Generic Machine Learning Orchestration Framework by Xeptagon

Aug 08

In the current software industry, the use of machine learning models can be seen in many use cases. Data Scientists, Data Engineers, and Software Engineers from a variety of technical backgrounds implement these machine learning models with different technologies such as TensorFlow, PyTorch, Python, R etc. Most of the developers start their development on a notebook as a prototype and further enhance the model with the obtained results

However, when it comes to production deployment of these models there are multiple challenges that the developers will face, such as issues with scalability, availability, fault tolerance, model management, reusability etc. Data scientist or Data Engineers who don’t have prior experience in Software Architecture and DevOps technologies it will be a bigger challenge and time consuming. Various cloud solution providers such as AWS Sagemaker, Azure Synapse Analytics and Google Cloud Datalab identify this problem and offering few cloud services. However, these solutions still have many limitations in addition to the vendor lock-in with the cloud service provider.
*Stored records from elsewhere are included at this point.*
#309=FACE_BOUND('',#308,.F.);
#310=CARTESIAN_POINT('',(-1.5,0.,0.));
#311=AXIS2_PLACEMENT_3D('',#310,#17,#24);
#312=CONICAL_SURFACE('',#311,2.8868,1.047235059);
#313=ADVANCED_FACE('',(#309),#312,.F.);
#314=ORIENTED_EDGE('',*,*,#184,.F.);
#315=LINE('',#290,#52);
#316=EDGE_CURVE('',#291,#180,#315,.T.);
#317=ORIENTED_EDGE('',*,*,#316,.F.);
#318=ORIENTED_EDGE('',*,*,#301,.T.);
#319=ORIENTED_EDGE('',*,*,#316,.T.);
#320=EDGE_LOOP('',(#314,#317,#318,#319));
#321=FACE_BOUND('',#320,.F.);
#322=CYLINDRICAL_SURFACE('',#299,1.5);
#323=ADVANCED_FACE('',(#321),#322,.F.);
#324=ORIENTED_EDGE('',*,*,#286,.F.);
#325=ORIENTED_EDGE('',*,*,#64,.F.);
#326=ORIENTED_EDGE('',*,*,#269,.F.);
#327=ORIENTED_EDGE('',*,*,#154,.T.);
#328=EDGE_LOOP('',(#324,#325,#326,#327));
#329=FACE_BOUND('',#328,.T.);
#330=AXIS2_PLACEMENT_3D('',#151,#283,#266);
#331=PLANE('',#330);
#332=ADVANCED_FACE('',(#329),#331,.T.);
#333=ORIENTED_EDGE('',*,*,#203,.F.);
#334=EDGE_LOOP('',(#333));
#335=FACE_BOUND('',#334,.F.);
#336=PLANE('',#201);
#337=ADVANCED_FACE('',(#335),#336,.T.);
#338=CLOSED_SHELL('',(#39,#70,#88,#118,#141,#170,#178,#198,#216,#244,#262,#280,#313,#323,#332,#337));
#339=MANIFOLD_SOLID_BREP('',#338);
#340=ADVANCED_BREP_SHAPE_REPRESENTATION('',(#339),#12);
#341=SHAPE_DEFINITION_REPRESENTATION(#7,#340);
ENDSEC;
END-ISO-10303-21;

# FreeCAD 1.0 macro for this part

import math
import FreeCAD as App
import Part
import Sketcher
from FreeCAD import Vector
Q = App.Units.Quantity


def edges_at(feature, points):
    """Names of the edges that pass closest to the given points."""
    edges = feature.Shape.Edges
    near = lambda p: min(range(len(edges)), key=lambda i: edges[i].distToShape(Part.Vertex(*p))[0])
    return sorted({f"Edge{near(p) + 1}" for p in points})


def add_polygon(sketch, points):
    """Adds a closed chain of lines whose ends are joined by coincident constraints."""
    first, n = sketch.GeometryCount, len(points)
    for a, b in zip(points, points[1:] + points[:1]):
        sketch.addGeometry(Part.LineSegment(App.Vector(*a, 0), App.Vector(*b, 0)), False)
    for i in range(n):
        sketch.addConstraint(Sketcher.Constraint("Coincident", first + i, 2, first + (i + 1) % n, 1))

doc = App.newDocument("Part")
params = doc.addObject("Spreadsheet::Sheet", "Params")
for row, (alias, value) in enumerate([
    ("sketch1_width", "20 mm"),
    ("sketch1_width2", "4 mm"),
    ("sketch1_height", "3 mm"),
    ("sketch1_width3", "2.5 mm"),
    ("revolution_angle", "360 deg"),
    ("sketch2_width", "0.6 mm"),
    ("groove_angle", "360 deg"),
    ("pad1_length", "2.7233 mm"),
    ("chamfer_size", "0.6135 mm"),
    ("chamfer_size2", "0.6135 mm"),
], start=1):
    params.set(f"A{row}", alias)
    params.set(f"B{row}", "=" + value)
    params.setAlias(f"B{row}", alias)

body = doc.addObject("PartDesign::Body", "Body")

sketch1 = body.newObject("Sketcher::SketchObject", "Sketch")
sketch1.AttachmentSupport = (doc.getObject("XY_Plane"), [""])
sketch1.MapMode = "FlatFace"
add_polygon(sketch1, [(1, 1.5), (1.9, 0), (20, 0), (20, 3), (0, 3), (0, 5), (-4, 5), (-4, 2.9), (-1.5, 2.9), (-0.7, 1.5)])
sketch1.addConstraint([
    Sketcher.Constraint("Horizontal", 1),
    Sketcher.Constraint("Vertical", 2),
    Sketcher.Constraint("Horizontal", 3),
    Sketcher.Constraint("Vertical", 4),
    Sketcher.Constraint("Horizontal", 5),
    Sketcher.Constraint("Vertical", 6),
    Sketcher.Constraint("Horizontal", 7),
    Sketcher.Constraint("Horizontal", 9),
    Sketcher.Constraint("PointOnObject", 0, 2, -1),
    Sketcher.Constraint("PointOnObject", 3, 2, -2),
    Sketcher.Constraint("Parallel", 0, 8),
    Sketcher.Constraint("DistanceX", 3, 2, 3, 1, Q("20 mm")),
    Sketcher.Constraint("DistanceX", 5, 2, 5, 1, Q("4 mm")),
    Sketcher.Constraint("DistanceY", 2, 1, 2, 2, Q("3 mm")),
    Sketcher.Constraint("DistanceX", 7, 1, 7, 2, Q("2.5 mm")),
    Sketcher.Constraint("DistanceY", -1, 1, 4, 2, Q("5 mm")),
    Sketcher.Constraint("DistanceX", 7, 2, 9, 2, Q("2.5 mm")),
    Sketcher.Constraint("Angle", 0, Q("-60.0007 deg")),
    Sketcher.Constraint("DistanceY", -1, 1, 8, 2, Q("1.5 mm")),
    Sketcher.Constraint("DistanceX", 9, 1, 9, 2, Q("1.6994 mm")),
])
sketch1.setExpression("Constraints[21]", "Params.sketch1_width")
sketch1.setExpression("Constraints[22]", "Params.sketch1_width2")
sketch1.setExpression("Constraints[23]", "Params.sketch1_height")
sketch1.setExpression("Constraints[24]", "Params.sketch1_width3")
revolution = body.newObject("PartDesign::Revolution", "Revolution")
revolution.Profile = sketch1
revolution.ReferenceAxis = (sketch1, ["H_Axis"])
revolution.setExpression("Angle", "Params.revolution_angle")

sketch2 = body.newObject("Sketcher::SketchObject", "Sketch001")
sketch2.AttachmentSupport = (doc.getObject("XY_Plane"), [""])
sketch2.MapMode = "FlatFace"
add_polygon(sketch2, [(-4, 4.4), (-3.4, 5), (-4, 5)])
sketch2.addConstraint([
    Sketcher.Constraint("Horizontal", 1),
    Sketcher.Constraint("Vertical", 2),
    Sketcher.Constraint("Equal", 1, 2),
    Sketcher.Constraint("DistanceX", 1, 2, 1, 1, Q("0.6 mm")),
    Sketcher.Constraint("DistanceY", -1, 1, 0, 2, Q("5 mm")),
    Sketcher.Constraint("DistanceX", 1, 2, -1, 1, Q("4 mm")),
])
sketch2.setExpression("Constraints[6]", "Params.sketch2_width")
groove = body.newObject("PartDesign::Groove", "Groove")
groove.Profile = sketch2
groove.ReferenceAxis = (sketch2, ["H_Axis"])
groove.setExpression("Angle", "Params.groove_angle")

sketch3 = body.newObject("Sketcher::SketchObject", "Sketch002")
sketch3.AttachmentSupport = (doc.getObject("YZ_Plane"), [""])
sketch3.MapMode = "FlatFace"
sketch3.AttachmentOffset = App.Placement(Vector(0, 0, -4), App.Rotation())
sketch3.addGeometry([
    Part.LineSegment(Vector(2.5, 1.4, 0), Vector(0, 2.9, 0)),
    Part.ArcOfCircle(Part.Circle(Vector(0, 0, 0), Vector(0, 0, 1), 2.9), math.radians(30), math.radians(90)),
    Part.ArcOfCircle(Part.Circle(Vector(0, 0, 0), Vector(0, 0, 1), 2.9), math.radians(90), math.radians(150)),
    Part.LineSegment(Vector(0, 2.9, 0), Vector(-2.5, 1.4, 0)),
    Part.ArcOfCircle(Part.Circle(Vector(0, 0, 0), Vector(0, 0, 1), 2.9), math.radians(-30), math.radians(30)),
Considering these limitations, Xeptagon designed and developed a cloud platform independent generic machine learning orchestration framework as a solution. Our framework is based on Python, FastAPI, Docker, Terraform, GitHub Actions and Kubernetes. The framework was developed to deploy machine learning models of an inter-governmental organization.

To start with, we defined a generic interface for the machine learning models. All the models need to implement this interface for the management service to manage the models in a generic way. In addition, the model developer can add any extra endpoints specific to the model. So the system has a generic management Swagger API and independent model Swagger APIs. Further, the models can be configured to run as an independent service or run in a shared service along with other models in the cluster. The model management service performs any global update as well as query actions on the models using the interface endpoints.

The system architecture of the framework is given below.


Model scalability, fault tolerance and availability were achieved by the capabilities in the Kubernetes. For scalability, we used two types of Autoscalers.

The model service instances shared common storage for datasets, with dynamic file updates visible to all the peer instances

  • Horizontal Pod Autoscaler - Scale the number of pod replicas based on the pod resource utilizations (CPU, Memory)
  • Cluster Autoscaler - Scale the number of nodes in the cluster based on the node resource utilization. Both are configured for minimum and maximum limits.

Once all the existing models are ported and deployed with our framework, the next challenge is on adding new models to the cluster. The framework was designed in a manner where model developers can deploy new models with minimal steps via a script included in the framework which will support basic Kubernetes parameter configurability. Once the script is executed successfully, it will update the Kubernetes scripts with the new model. Once the developer updates the code repository (GitHub in our case), the repository CI/CD process will deploy the new model into the cluster automatically. The framework can also be modified with custom requirements. For example, the framework was included with auto log processing pipelines for the cluster that will generate new datasets to run another model in the system.

Our blog post provides a summary of the overall framework developed by Xeptagon for an inter-governmental organization to run multiple machine learning models at a scale.